Get the tensor name.

Returns: std::string

inline std::vector<int> get_shape()

Get the tensor shape.

Returns: std::vector<int>

inline void print(): print tensor info

class MemoryChunk

Memory chunk, include size, is free, offset, alignment and tensor, which is used to simulate memory allocation.

Public Functions

MemoryChunk(size_t size, int is_free, int alignment = 16)

Construct a new Memory Chunk object.

Parameters

size – Memory chunk size
is_free – Whether free or not
alignment – Memory chunk alignment

MemoryChunk(TensorInfo *tensor, int alignment = 16)

Construct a new Memory Chunk object.

Parameters

tensor – TensorInfo
alignment – Memory chunk alignment

inline ~MemoryChunk(): Destroy the Memory Chunk object.

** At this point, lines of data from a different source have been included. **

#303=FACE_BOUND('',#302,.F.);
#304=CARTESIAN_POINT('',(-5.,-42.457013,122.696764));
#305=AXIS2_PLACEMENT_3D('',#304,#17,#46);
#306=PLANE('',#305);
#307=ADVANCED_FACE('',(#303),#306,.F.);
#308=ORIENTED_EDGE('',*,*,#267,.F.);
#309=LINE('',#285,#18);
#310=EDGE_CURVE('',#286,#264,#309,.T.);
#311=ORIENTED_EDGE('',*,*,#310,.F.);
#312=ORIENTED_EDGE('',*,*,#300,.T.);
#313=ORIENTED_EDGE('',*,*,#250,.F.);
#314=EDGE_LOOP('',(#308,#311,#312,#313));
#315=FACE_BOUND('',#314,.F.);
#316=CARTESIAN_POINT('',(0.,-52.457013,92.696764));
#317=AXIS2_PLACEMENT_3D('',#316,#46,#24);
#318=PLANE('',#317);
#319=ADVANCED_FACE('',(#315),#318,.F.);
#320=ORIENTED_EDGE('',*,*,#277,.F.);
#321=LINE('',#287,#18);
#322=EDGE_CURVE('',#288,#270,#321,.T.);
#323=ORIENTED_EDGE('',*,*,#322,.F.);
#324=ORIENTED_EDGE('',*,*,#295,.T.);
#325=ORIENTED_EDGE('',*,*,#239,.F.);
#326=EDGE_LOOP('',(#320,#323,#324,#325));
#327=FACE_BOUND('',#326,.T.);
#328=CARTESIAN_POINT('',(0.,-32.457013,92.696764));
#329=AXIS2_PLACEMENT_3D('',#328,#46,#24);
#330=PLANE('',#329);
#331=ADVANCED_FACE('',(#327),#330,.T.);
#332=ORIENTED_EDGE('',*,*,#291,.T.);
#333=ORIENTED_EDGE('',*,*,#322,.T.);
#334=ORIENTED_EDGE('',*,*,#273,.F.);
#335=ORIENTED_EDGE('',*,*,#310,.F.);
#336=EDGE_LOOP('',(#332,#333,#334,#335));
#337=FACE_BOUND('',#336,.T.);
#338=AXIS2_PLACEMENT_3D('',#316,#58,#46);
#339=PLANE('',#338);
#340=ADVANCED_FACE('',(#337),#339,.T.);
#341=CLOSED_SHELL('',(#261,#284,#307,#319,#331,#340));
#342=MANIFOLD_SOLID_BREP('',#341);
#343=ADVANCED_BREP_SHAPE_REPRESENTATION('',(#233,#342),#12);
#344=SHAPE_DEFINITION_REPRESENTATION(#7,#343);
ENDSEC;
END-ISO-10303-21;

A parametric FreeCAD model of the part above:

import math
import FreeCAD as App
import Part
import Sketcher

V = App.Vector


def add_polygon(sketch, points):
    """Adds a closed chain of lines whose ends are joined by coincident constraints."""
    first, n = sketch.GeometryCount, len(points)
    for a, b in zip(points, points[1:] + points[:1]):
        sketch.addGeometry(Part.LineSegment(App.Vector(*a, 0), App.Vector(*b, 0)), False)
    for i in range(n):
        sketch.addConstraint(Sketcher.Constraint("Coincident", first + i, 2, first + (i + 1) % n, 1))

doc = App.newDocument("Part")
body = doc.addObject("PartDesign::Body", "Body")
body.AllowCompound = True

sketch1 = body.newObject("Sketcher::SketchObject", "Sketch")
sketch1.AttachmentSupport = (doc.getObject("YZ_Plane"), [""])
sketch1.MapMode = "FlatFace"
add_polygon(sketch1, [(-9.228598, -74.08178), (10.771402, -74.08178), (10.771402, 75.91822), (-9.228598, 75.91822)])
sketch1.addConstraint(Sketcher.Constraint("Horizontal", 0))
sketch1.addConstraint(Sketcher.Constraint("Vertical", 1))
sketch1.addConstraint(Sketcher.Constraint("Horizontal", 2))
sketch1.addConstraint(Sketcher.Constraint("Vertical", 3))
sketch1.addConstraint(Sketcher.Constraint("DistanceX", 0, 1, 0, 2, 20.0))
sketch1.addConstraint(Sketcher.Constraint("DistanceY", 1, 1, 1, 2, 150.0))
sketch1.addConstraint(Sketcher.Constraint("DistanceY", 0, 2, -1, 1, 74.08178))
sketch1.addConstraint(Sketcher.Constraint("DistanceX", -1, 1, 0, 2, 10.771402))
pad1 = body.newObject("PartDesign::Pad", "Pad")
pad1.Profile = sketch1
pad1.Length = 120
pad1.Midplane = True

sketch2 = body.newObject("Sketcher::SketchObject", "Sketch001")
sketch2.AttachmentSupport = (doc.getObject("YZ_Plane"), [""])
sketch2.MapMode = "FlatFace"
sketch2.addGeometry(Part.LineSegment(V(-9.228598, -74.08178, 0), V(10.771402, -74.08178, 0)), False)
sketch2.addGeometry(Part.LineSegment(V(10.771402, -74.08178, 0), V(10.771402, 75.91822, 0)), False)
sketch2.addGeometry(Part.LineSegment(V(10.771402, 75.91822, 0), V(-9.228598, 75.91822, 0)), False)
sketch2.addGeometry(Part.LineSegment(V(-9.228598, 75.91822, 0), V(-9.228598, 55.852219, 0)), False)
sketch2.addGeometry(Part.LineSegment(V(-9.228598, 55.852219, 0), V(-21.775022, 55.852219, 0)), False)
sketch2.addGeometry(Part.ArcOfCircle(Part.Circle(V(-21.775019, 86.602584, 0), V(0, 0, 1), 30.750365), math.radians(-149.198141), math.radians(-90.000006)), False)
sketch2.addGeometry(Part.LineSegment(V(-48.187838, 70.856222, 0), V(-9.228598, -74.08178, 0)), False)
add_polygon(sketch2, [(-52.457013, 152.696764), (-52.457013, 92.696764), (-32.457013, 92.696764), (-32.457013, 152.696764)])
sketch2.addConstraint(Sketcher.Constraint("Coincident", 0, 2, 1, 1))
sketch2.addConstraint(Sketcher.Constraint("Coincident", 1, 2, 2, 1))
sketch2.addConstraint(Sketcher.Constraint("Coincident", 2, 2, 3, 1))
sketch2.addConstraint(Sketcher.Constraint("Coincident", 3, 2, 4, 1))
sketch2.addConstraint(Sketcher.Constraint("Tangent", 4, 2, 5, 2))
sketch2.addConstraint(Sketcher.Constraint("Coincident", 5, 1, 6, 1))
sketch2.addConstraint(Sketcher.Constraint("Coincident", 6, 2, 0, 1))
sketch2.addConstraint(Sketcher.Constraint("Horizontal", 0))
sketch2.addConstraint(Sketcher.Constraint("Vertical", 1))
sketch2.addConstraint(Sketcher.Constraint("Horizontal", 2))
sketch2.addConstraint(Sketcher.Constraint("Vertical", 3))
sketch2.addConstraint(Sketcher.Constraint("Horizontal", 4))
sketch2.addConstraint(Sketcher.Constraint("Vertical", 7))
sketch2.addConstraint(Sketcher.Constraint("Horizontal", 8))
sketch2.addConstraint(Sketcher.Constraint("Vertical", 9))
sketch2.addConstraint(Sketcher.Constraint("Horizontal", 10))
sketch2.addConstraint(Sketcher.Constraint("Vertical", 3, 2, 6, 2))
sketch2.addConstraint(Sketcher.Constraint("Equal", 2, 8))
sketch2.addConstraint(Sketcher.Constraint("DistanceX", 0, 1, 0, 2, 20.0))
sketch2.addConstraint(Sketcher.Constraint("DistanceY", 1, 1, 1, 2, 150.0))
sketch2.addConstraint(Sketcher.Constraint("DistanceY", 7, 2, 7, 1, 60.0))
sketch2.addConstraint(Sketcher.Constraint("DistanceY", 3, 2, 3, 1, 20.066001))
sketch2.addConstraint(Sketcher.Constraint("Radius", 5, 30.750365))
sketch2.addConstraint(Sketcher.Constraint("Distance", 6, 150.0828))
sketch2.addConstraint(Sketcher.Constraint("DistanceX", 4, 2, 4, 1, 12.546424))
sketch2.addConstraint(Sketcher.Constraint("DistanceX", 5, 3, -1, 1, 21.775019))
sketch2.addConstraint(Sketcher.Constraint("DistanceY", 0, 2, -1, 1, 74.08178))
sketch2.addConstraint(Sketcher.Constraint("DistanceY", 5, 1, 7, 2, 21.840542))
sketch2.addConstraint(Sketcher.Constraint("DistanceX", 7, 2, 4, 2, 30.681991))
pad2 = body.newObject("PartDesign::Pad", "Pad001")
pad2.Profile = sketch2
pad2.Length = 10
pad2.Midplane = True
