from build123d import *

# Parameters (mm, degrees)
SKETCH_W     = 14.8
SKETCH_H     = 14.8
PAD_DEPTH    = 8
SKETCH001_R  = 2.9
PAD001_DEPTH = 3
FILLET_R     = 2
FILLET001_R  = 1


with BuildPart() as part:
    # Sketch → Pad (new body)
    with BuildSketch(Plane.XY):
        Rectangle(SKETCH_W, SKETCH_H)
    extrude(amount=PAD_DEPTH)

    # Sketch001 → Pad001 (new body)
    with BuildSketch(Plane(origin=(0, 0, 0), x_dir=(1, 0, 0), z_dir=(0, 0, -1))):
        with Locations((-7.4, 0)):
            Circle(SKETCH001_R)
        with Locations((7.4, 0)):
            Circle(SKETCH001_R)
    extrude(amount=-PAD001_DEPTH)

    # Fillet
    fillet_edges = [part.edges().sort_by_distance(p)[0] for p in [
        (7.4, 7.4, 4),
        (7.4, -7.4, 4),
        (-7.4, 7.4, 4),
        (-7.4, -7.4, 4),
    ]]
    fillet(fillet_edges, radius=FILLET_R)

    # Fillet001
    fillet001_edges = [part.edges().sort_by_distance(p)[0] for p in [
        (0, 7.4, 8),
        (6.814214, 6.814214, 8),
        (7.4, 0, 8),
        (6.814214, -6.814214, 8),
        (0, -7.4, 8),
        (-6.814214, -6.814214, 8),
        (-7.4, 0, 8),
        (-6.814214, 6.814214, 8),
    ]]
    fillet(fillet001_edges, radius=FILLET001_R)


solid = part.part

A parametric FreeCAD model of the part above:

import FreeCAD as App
import Part
import Sketcher
from FreeCAD import Vector


def edges_at(feature, points):
    """Names of the edges that pass closest to the given points."""
    edges = feature.Shape.Edges
    near = lambda p: min(range(len(edges)), key=lambda i: edges[i].distToShape(Part.Vertex(*p))[0])
    return sorted({f"Edge{near(p) + 1}" for p in points})

doc = App.newDocument("Part")
body = doc.addObject("PartDesign::Body", "Body")

# Sketch on XY plane
sketch1 = body.newObject("Sketcher::SketchObject", "Sketch")
sketch1.AttachmentSupport = (doc.getObject("XY_Plane"), [""])
sketch1.MapMode = "FlatFace"
sketch1.addGeometry([
    Part.LineSegment(Vector(-7.4, 7.4, 0), Vector(-7.4, -7.4, 0)),
    Part.LineSegment(Vector(-7.4, -7.4, 0), Vector(7.4, -7.4, 0)),
    Part.LineSegment(Vector(7.4, -7.4, 0), Vector(7.4, 7.4, 0)),
    Part.LineSegment(Vector(7.4, 7.4, 0), Vector(-7.4, 7.4, 0)),
], False)
sketch1.addConstraint([
    Sketcher.Constraint("Coincident", 0, 2, 1, 1),
    Sketcher.Constraint("Coincident", 1, 2, 2, 1),
    Sketcher.Constraint("Coincident", 2, 2, 3, 1),
    Sketcher.Constraint("Coincident", 3, 2, 0, 1),
    Sketcher.Constraint("Vertical", 0),
    Sketcher.Constraint("Horizontal", 1),
    Sketcher.Constraint("Vertical", 2),
    Sketcher.Constraint("Horizontal", 3),
    Sketcher.Constraint("Symmetric", 0, 2, 2, 2, -1, 1),
    Sketcher.Constraint("Equal", 3, 0),
    Sketcher.Constraint("DistanceX", 1, 1, 1, 2, 14.8),
])
pad1 = body.newObject("PartDesign::Pad", "Pad")
pad1.Profile = sketch1
pad1.Length = 8

# Sketch on XY plane
sketch2 = body.newObject("Sketcher::SketchObject", "Sketch001")
sketch2.AttachmentSupport = (doc.getObject("XY_Plane"), [""])
sketch2.MapMode = "FlatFace"
sketch2.addGeometry([
    Part.Circle(Vector(-7.4, 0, 0), Vector(0, 0, 1), 2.9),
    Part.Circle(Vector(7.4, 0, 0), Vector(0, 0, 1), 2.9),
], False)
sketch2.addConstraint([
    Sketcher.Constraint("Equal", 0, 1),
    Sketcher.Constraint("Symmetric", 0, 3, 1, 3, -1, 1),
    Sketcher.Constraint("PointOnObject", 0, 3, -1),
    Sketcher.Constraint("Diameter", 0, 5.8),
    Sketcher.Constraint("DistanceX", 0, 3, -1, 1, 7.4),
])
pad2 = body.newObject("PartDesign::Pad", "Pad001")
pad2.Profile = sketch2
pad2.Length = 3
doc.recompute()

fillet = body.newObject("PartDesign::Fillet", "Fillet")
fillet.Base = (pad2, edges_at(pad2, [
    (7.4, 7.4, 4),
    (7.4, -7.4, 4),
    (-7.4, 7.4, 4),
    (-7.4, -7.4, 4),
]))
fillet.Radius = 2
doc.recompute()

fillet2 = body.newObject("PartDesign::Fillet", "Fillet001")
fillet2.Base = (fillet, edges_at(fillet, [
    (0, 7.4, 8),
    (6.814, 6.814, 8),
    (7.4, 0, 8),
    (6.814, -6.814, 8),
    (0, -7.4, 8),
    (-6.814, -6.814, 8),
    (-7.4, 0, 8),
    (-6.814, 6.814, 8),
]))
fillet2.Radius = 1

doc.recompute()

MemoryChunk *merge_free_chunk(MemoryChunk *chunk)

Merge continuous free chunk.

Parameters: chunk –
Returns: MemoryChunk*

MemoryChunk *insert(TensorInfo *tensor)

Insert tensor into free chunk.

Parameters: tensor –
Returns: MemoryChunk*

MemoryChunk *extend(TensorInfo *tensor)

Extend free chunk and insert tensor.

Parameters: tensor –
Returns: MemoryChunk*

inline void free(): Free memory chunk, set is_free to true and set tensor to nullptr.

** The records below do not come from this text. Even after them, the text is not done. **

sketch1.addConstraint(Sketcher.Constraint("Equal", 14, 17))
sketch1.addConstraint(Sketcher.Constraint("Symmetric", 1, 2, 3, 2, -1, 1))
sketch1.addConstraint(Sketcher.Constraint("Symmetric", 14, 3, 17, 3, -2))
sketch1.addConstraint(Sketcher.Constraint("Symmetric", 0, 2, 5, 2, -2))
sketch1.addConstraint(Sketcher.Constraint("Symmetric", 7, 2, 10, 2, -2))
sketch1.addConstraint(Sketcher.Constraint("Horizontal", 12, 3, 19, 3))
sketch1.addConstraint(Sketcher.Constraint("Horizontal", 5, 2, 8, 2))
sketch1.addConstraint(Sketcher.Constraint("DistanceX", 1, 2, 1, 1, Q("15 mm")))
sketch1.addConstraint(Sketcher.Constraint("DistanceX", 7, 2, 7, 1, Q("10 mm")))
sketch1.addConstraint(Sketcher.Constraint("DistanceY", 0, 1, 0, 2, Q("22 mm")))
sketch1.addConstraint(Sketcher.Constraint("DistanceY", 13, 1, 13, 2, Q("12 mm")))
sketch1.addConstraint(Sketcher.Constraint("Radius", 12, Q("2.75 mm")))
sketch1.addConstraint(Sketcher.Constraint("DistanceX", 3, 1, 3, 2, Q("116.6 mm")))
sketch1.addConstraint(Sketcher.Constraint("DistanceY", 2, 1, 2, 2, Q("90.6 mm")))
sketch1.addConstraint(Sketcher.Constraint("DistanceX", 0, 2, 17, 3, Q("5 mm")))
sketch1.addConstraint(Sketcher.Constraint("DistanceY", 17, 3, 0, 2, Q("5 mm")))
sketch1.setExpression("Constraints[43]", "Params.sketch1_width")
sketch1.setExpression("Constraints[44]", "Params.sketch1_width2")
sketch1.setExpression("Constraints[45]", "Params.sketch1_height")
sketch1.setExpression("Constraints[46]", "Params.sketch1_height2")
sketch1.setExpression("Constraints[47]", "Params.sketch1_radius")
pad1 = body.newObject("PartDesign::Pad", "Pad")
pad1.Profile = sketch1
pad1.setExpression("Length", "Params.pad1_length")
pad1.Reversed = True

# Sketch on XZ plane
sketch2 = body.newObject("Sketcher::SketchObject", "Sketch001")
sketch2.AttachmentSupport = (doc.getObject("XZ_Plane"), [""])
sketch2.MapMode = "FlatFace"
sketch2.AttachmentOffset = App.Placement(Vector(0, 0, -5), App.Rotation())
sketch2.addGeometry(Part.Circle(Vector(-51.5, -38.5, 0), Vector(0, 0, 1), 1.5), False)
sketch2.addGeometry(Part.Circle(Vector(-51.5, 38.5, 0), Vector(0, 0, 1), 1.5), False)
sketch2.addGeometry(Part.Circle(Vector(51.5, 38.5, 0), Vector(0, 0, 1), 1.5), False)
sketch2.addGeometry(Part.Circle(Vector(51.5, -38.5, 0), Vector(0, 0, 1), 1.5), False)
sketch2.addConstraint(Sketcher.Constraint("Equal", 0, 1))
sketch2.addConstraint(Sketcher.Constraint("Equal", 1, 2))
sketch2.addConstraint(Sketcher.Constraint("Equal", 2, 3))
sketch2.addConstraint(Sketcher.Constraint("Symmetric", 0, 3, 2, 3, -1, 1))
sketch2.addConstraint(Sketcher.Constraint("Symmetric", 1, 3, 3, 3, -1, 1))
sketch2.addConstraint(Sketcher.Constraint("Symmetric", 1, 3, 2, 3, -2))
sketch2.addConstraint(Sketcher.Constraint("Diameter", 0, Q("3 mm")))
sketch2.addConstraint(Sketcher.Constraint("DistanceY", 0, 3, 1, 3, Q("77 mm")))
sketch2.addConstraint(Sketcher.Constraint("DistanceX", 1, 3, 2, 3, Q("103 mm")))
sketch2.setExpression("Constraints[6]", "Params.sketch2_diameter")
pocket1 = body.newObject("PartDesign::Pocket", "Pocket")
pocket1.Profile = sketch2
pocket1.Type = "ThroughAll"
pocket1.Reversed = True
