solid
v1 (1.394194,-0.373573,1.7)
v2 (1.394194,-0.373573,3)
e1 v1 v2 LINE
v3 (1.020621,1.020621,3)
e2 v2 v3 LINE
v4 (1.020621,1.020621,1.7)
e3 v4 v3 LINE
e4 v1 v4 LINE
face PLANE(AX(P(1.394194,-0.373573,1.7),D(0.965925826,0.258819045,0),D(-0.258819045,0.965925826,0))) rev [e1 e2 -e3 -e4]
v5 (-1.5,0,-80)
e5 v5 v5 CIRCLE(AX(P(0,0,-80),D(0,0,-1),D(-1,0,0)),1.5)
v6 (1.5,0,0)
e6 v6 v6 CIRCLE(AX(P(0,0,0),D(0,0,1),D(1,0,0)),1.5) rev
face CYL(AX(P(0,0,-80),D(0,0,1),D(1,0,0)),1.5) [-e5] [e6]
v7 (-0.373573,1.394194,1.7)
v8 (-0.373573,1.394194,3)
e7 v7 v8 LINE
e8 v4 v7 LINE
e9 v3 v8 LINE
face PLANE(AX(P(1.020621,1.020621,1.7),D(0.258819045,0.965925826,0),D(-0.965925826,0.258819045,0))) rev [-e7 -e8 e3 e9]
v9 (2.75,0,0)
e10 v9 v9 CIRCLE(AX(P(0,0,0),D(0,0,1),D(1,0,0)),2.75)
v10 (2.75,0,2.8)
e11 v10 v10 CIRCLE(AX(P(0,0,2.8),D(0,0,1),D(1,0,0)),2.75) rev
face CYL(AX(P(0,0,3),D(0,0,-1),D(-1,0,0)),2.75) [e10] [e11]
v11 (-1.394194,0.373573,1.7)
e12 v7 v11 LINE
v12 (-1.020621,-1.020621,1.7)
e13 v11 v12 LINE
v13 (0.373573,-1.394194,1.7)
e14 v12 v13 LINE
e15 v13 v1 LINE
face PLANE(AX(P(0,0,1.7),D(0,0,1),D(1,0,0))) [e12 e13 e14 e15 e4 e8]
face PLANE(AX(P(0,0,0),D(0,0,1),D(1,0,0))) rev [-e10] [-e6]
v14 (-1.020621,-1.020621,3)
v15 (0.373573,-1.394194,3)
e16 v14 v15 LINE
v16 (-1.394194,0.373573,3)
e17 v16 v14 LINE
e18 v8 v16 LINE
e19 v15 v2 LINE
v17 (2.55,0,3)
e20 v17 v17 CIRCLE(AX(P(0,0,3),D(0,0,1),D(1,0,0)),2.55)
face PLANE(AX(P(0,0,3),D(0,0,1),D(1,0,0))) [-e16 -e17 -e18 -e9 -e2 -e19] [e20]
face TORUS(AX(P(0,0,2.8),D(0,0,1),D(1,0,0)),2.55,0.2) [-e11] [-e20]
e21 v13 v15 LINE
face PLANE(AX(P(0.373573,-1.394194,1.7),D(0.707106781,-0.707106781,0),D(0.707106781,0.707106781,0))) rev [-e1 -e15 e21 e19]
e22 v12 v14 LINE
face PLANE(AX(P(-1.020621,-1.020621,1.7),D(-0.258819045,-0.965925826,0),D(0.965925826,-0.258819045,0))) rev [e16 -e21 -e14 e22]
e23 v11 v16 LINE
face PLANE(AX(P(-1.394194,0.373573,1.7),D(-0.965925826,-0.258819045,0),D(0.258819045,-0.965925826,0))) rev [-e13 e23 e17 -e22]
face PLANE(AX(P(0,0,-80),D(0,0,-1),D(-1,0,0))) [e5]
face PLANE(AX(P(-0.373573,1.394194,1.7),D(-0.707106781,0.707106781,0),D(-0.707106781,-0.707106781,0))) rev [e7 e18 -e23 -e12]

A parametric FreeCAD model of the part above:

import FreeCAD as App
import Part
import Sketcher
from FreeCAD import Vector
Q = App.Units.Quantity


def edges_at(feature, points):
    """Names of the edges that pass closest to the given points."""
    edges = feature.Shape.Edges
    near = lambda p: min(range(len(edges)), key=lambda i: edges[i].distToShape(Part.Vertex(*p))[0])
    return sorted({f"Edge{near(p) + 1}" for p in points})


def add_polygon(sketch, points):
    """Adds a closed chain of lines whose ends are joined by coincident constraints."""
    first, n = sketch.GeometryCount, len(points)
    for a, b in zip(points, points[1:] + points[:1]):
        sketch.addGeometry(Part.LineSegment(App.Vector(*a, 0), App.Vector(*b, 0)), False)
    for i in range(n):
        sketch.addConstraint(Sketcher.Constraint("Coincident", first + i, 2, first + (i + 1) % n, 1))

doc = App.newDocument("Part")
body = doc.addObject("PartDesign::Body", "Body")

sketch1 = body.newObject("Sketcher::SketchObject", "Sketch")
sketch1.AttachmentSupport = (doc.getObject("XY_Plane"), [""])
sketch1.MapMode = "FlatFace"
sketch1.addGeometry(Part.Circle(Vector(0, 0, 0), Vector(0, 0, 1), 2.8), False)
sketch1.addConstraint(Sketcher.Constraint("Coincident", 0, 3, -1, 1))
sketch1.addConstraint(Sketcher.Constraint("Diameter", 0, Q("5.5 mm")))
pad1 = body.newObject("PartDesign::Pad", "Pad")
pad1.Profile = sketch1
pad1.Length = 3

sketch2 = body.newObject("Sketcher::SketchObject", "Sketch001")
sketch2.AttachmentSupport = (doc.getObject("XY_Plane"), [""])
sketch2.MapMode = "FlatFace"
sketch2.AttachmentOffset = App.Placement(Vector(0, 0, 3), App.Rotation())
add_polygon(sketch2, [(-1, -1), (0.4, -1.4), (1.4, -0.4), (1, 1), (-0.4, 1.4), (-1.4, 0.4)])
sketch2.addConstraint(Sketcher.Constraint("Symmetric", 0, 2, 3, 2, -1, 1))
sketch2.addConstraint(Sketcher.Constraint("Symmetric", 1, 2, 4, 2, -1, 1))
sketch2.addConstraint(Sketcher.Constraint("Symmetric", 2, 2, 5, 2, -1, 1))
sketch2.addConstraint(Sketcher.Constraint("Equal", 0, 1))
sketch2.addConstraint(Sketcher.Constraint("Equal", 1, 2))
sketch2.addConstraint(Sketcher.Constraint("Angle", 0, Q("-15 deg")))
sketch2.addConstraint(Sketcher.Constraint("Angle", 1, Q("45 deg")))
sketch2.addConstraint(Sketcher.Constraint("Angle", 2, Q("105 deg")))
sketch2.addConstraint(Sketcher.Constraint("DistanceX", -1, 1, 2, 2, Q("1.020621 mm")))
pocket1 = body.newObject("PartDesign::Pocket", "Pocket")
pocket1.Profile = sketch2
pocket1.Length = 1.3

sketch3 = body.newObject("Sketcher::SketchObject", "Sketch002")
sketch3.AttachmentSupport = (doc.getObject("XY_Plane"), [""])
sketch3.MapMode = "FlatFace"
sketch3.addGeometry(Part.Circle(Vector(0, 0, 0), Vector(0, 0, 1), 1.5), False)
sketch3.addConstraint(Sketcher.Constraint("Coincident", 0, 3, -1, 1))
sketch3.addConstraint(Sketcher.Constraint("Diameter", 0, Q("3 mm")))
pad2 = body.newObject("PartDesign::Pad", "Pad001")
pad2.Profile = sketch3
pad2.Length = 80
pad2.Reversed = True
doc.recompute()

fillet = body.newObject("PartDesign::Fillet", "Fillet")
fillet.Base = (pad2, edges_at(pad2, [(-2.75, 0, 3)]))
fillet.Radius = 0.2

doc.recompute()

size_t get_aligned_size(size_t size)

get aligned size, which is 16/alignemt bytes aligned

Parameters: size –
Returns: size_t

Public Members

size_t size: Memeory chunk size

bool is_free: Whether memory chunk is free or not

int offset: Offset relative to root pointer

int alignment: Memory address alignment

TensorInfo *tensor: Info of the tensor which occupies the memory

Header File

esp-dl/dl/model/include/dl_memory_manager_greedy.hpp

Classes

class MemoryManagerGreedy : public dl::MemoryManagerBase 

Greedy memory manager that allocates memory for tensors in execution order, prioritizing internal RAM allocation first.

Public Functions

inline MemoryManagerGreedy(int max_internal_size, int alignment = 16)

Constructs a greedy memory manager with specified constraints.

Parameters

max_internal_size – Maximum allowed internal RAM usage in bytes
alignment – Memory address alignment requirement (default: 16 bytes)

inline ~MemoryManagerGreedy(): Destructor that releases all managed memory resources.

virtual bool alloc(fbs::FbsModel *fbs_model, std::vector<dl::module::Module*> &execution_plan, ModelContext *context)

Allocates memory for all network tensors following greedy strategy.

Parameters

fbs_model – FlatBuffer model containing network architecture
execution_plan – Execution graph ordered by computation dependencies
context – Device-specific runtime configuration

Returns

bool True if successful allocation, false if memory insufficient

void free(): Releases all allocated memory including tensor buffers and memory pools.